Mr. Weber became the Company’s President and Chief Operating Officer on November 3, 2010.   From 2008 until joining the Company in November 2010 Mr. Weber was Executive Vice President, Corporate Development & Chief Financial Officer of Home Care Delivered, Inc. Home Care Delivered provides home medical supplies delivered directly to the patient’s door and offers billing and claims filing services for patients with Medicare, Medicaid and other insurance plans. Previously Mr. Weber held leadership positions as Managing Partner of Hollymeade Group, LLC, a real estate investment firm from 2003 to 2008; President of Hollymeade Land Services, LLC, an excavation company from 2005 to 2008; President & CEO of Whitlock eBusiness Solutions, a business-focused technology consulting company from 2001 to 2003; Chief Operating Officer, strategic planning officer and legal officer of homebytes.com incorporated, a nationally licensed real estate brokerage company from 1999 to 2001; and Vice President-Business Development and chief legal, human resources & administrative officer for Walco International, Inc., a national distributor of pharmaceuticals and other products from 1997 to 1999. Prior to that Mr. Weber practiced corporate law for 12 years as a partner at McGuire Woods and associate at Sullivan & Cromwell where he specialized in corporate finance, mergers & acquisitions, banking and general corporate matters. Mr. Weber is a member of the board of directors, Chairman of the Compensation Committee and member of the Audit Committee of Optical Cable Corporation, a manufacturer of fiber optic and copper data communication cabling (NASDAQ Global Markets symbol: OCCF).  Mr. Weber earned his MBA from The College of William and Mary; his law degree from the University of Virginia, and his undergraduate degree from Cornell University.

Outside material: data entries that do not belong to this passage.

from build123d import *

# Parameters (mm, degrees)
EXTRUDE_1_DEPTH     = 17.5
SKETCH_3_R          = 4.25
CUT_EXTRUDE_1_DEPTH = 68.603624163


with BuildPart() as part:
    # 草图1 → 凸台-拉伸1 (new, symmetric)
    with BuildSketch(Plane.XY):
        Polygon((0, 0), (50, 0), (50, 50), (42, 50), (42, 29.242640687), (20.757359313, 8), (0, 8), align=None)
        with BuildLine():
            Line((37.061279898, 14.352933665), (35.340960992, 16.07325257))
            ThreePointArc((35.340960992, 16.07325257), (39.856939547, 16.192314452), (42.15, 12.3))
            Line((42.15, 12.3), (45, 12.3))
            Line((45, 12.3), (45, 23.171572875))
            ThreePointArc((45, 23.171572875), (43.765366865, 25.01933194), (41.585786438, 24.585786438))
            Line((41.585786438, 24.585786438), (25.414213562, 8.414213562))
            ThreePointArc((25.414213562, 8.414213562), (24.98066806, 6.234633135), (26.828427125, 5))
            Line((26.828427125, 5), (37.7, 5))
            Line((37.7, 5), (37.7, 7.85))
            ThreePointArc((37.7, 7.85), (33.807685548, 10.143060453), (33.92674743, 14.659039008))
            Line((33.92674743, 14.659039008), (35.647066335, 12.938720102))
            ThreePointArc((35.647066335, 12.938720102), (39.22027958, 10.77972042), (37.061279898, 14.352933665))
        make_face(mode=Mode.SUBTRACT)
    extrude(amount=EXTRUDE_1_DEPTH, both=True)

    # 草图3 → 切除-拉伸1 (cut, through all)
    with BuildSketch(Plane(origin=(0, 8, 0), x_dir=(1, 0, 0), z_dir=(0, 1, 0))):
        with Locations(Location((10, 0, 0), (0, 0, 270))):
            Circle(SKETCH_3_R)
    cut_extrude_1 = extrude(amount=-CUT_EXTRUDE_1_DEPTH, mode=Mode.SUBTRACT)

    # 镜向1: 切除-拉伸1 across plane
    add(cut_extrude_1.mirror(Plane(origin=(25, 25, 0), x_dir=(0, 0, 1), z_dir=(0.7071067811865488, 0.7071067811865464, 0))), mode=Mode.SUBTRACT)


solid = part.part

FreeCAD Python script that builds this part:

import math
import FreeCAD as App
import Part
import Sketcher


def add_polygon(sketch, points):
    """Adds a closed chain of lines whose ends are joined by coincident constraints."""
    first, n = sketch.GeometryCount, len(points)
    for a, b in zip(points, points[1:] + points[:1]):
        sketch.addGeometry(Part.LineSegment(App.Vector(*a, 0), App.Vector(*b, 0)), False)
    for i in range(n):
        sketch.addConstraint(Sketcher.Constraint("Coincident", first + i, 2, first + (i + 1) % n, 1))

doc = App.newDocument("Part")
params = doc.addObject("Spreadsheet::Sheet", "Params")
for row, (alias, value) in enumerate([
    ("sketch1_radius", "2 mm"),
    ("sketch1_width", "50 mm"),
    ("sketch1_width2", "8 mm"),
    ("sketch1_radius2", "2.15 mm"),
    ("sketch1_radius3", "4.45 mm"),
    ("pad1_length", "35 mm"),
    ("sketch2_diameter", "8.5 mm"),
], start=1):
    params.set(f"A{row}", alias)
    params.set(f"B{row}", "=" + value)
    params.setAlias(f"B{row}", alias)

body = doc.addObject("PartDesign::Body", "Body")

# Sketch on XY plane
sketch1 = doc.addObject("Sketcher::SketchObject", "Sketch")
body.addObject(sketch1)
sketch1.AttachmentSupport = (doc.XY_Plane, [""])
sketch1.MapMode = "FlatFace"
add_polygon(sketch1, [(0, 0), (50, 0), (50, 50), (42, 50), (42, 29.2), (20.8, 8), (0, 8)])  # lines 0-6
sketch1.addGeometry(Part.LineSegment(App.Vector(35.3, 16.1, 0), App.Vector(37.1, 14.4, 0)), False)  # 7
sketch1.addGeometry(Part.ArcOfCircle(Part.Circle(App.Vector(37.7, 12.3, 0), App.Vector(0, 0, 1), 2.1), math.radians(163), math.radians(467)), False)  # 8
sketch1.addGeometry(Part.LineSegment(App.Vector(35.6, 12.9, 0), App.Vector(33.9, 14.7, 0)), False)  # 9
sketch1.addGeometry(Part.ArcOfCircle(Part.Circle(App.Vector(37.7, 12.3, 0), App.Vector(0, 0, 1), 4.5), math.radians(148), math.radians(270)), False)  # 10
sketch1.addGeometry(Part.LineSegment(App.Vector(37.7, 7.8, 0), App.Vector(37.7, 5, 0)), False)  # 11
sketch1.addGeometry(Part.LineSegment(App.Vector(37.7, 5, 0), App.Vector(26.8, 5, 0)), False)  # 12
sketch1.addGeometry(Part.ArcOfCircle(Part.Circle(App.Vector(26.8, 7, 0), App.Vector(0, 0, 1), 2), math.radians(135), math.radians(270)), False)  # 13
sketch1.addGeometry(Part.LineSegment(App.Vector(25.4, 8.4, 0), App.Vector(41.6, 24.6, 0)), False)  # 14
sketch1.addGeometry(Part.ArcOfCircle(Part.Circle(App.Vector(43, 23.2, 0), App.Vector(0, 0, 1), 2), math.radians(0), math.radians(135)), False)  # 15
sketch1.addGeometry(Part.LineSegment(App.Vector(45, 23.2, 0), App.Vector(45, 12.3, 0)), False)  # 16
sketch1.addGeometry(Part.LineSegment(App.Vector(45, 12.3, 0), App.Vector(42.1, 12.3, 0)), False)  # 17
sketch1.addGeometry(Part.ArcOfCircle(Part.Circle(App.Vector(37.7, 12.3, 0), App.Vector(0, 0, 1), 4.5), math.radians(0), math.radians(122)), False)  # 18
sketch1.addConstraint([
    Sketcher.Constraint("Coincident", 7, 2, 8, 2),
    Sketcher.Constraint("Coincident", 8, 1, 9, 1),
    Sketcher.Constraint("Coincident", 9, 2, 10, 1),
    Sketcher.Constraint("Coincident", 10, 2, 11, 1),
    Sketcher.Constraint("Coincident", 11, 2, 12, 1),
    Sketcher.Constraint("Tangent", 12, 2, 13, 2),
    Sketcher.Constraint("Tangent", 13, 1, 14, 1),
    Sketcher.Constraint("Tangent", 14, 2, 15, 2),
    Sketcher.Constraint("Tangent", 15, 1, 16, 1),
    Sketcher.Constraint("Coincident", 16, 2, 17, 1),
    Sketcher.Constraint("Coincident", 17, 2, 18, 1),
    Sketcher.Constraint("Coincident", 18, 2, 7, 1),
    Sketcher.Constraint("Horizontal", 0),
    Sketcher.Constraint("Vertical", 1),
    Sketcher.Constraint("Horizontal", 2),
    Sketcher.Constraint("Vertical", 3),
    Sketcher.Constraint("Horizontal", 5),
    Sketcher.Constraint("Vertical", 6),
    Sketcher.Constraint("Vertical", 11),
    Sketcher.Constraint("Horizontal", 12),
    Sketcher.Constraint("Vertical", 16),
    Sketcher.Constraint("Horizontal", 17),
    Sketcher.Constraint("Coincident", 6, 2, -1, 1),
    Sketcher.Constraint("Coincident", 10, 3, 8, 3),
    Sketcher.Constraint("Coincident", 18, 3, 8, 3),
    Sketcher.Constraint("Equal", 13, 15),
    Sketcher.Constraint("Equal", 10, 18),
    Sketcher.Constraint("Perpendicular", 4, 7),
    Sketcher.Constraint("Parallel", 7, 9),
    Sketcher.Constraint("Perpendicular", 9, 14),
    Sketcher.Constraint("Horizontal", 18, 3, 16, 2),
    Sketcher.Constraint("Vertical", 18, 3, 10, 2),
    Sketcher.Constraint("Equal", 0, 1),
    Sketcher.Constraint("Equal", 5, 3),
    Sketcher.Constraint("Equal", 2, 6),
    Sketcher.Constraint("Equal", 17, 11),
    Sketcher.Constraint("Equal", 7, 9),
    Sketcher.Constraint("Radius", 13, 2.0),
    Sketcher.Constraint("DistanceX", 0, 1, 0, 2, 50.0),
    Sketcher.Constraint("DistanceX", 2, 2, 2, 1, 8.0),
    Sketcher.Constraint("Radius", 8, 2.15),
    Sketcher.Constraint("Radius", 10, 4.45),
    Sketcher.Constraint("DistanceY", -1, 1, 13, 3, 7.0),
    Sketcher.Constraint("DistanceX", -1, 1, 15, 3, 43.0),
    Sketcher.Constraint("DistanceX", 17, 2, 17, 1, 2.85),
    Sketcher.Constraint("Distance", 7, 2.432898),
    Sketcher.Constraint("DistanceX", 5, 2, 5, 1, 20.757359),
    Sketcher.Constraint("DistanceX", 12, 2, 12, 1, 10.871573),
])
sketch1.setExpression("Constraints[44]", "Params.sketch1_radius")
sketch1.setExpression("Constraints[45]", "Params.sketch1_width")
sketch1.setExpression("Constraints[46]", "Params.sketch1_width2")
sketch1.setExpression("Constraints[47]", "Params.sketch1_radius2")
sketch1.setExpression("Constraints[48]", "Params.sketch1_radius3")
pad1 = doc.addObject("PartDesign::Pad", "Pad")
body.addObject(pad1)
pad1.Profile = sketch1
pad1.setExpression("Length", "Params.pad1_length")
pad1.Midplane = True

# Sketch on XZ plane
sketch2 = doc.addObject("Sketcher::SketchObject", "Sketch001")
body.addObject(sketch2)
sketch2.AttachmentSupport = (doc.XZ_Plane, [""])
sketch2.MapMode = "FlatFace"
sketch2.AttachmentOffset = App.Placement(App.Vector(0, 0, -8), App.Rotation())
sketch2.addGeometry(Part.Circle(App.Vector(10, 0, 0), App.Vector(0, 0, 1), 4.2), False)
sketch2.addConstraint([
    Sketcher.Constraint("PointOnObject", 0, 3, -1),
    Sketcher.Constraint("Diameter", 0, 8.5),
    Sketcher.Constraint("DistanceX", -1, 1, 0, 3, 10.0),
])
sketch2.setExpression("Constraints[1]", "Params.sketch2_diameter")
pocket1 = doc.addObject("PartDesign::Pocket", "Pocket")
body.addObject(pocket1)
pocket1.Profile = sketch2
pocket1.Type = "ThroughAll"
pocket1.Reversed = True
doc.recompute()

datumplane = doc.addObject("PartDesign::Plane", "DatumPlane")
body.addObject(datumplane)
datumplane.Placement = App.Placement(App.Vector(25, 25, 0), App.Rotation(App.Vector(0.707106781, -0.707106781, 0), App.Vector(0, 0, -1), App.Vector(0.707106781, 0.707106781, 0), "ZXY"))
mirrored = doc.addObject("PartDesign::Mirrored", "Mirrored")
body.addObject(mirrored)
mirrored.Originals = [pocket1]
mirrored.MirrorPlane = (datumplane, [""])
body.Tip = mirrored

doc.recompute()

During each of the years ended December 31, 2009 and 2008, and from January 1, 2010 through the date hereof, the Company did not enter into any transactions with Mr. Weber or any related parties of which Mr. Weber is affiliated.

A copy of the Agreement is attached as Exhibit 99.1 hereto.
 
In connection therewith, William Hawkins will be offered the position of President of Global Operations.
 


 Item 9.01      Financial Statements and Exhibits.

(d)      Exhibits

The following exhibits are filed in accordance with the provisions of Item 601 of Regulation S-K:
     
Exhibit No.
 
Exhibit Description
99.1
 
Employment agreement between Document Capture Technologies, Inc. and Craig Weber dated November 3, 2010 
99.2
 
Press Release dated November 11, 2010 issued by Document Capture Technologies, Inc.
 
SIGNATURES
 
Pursuant to the requirements of the Securities Exchange Act of 1934, Document Capture Technologies, Inc. has duly caused this report to be signed on its behalf by the undersigned thereunto duly authorized.
 
  Document Capture Technologies, Inc.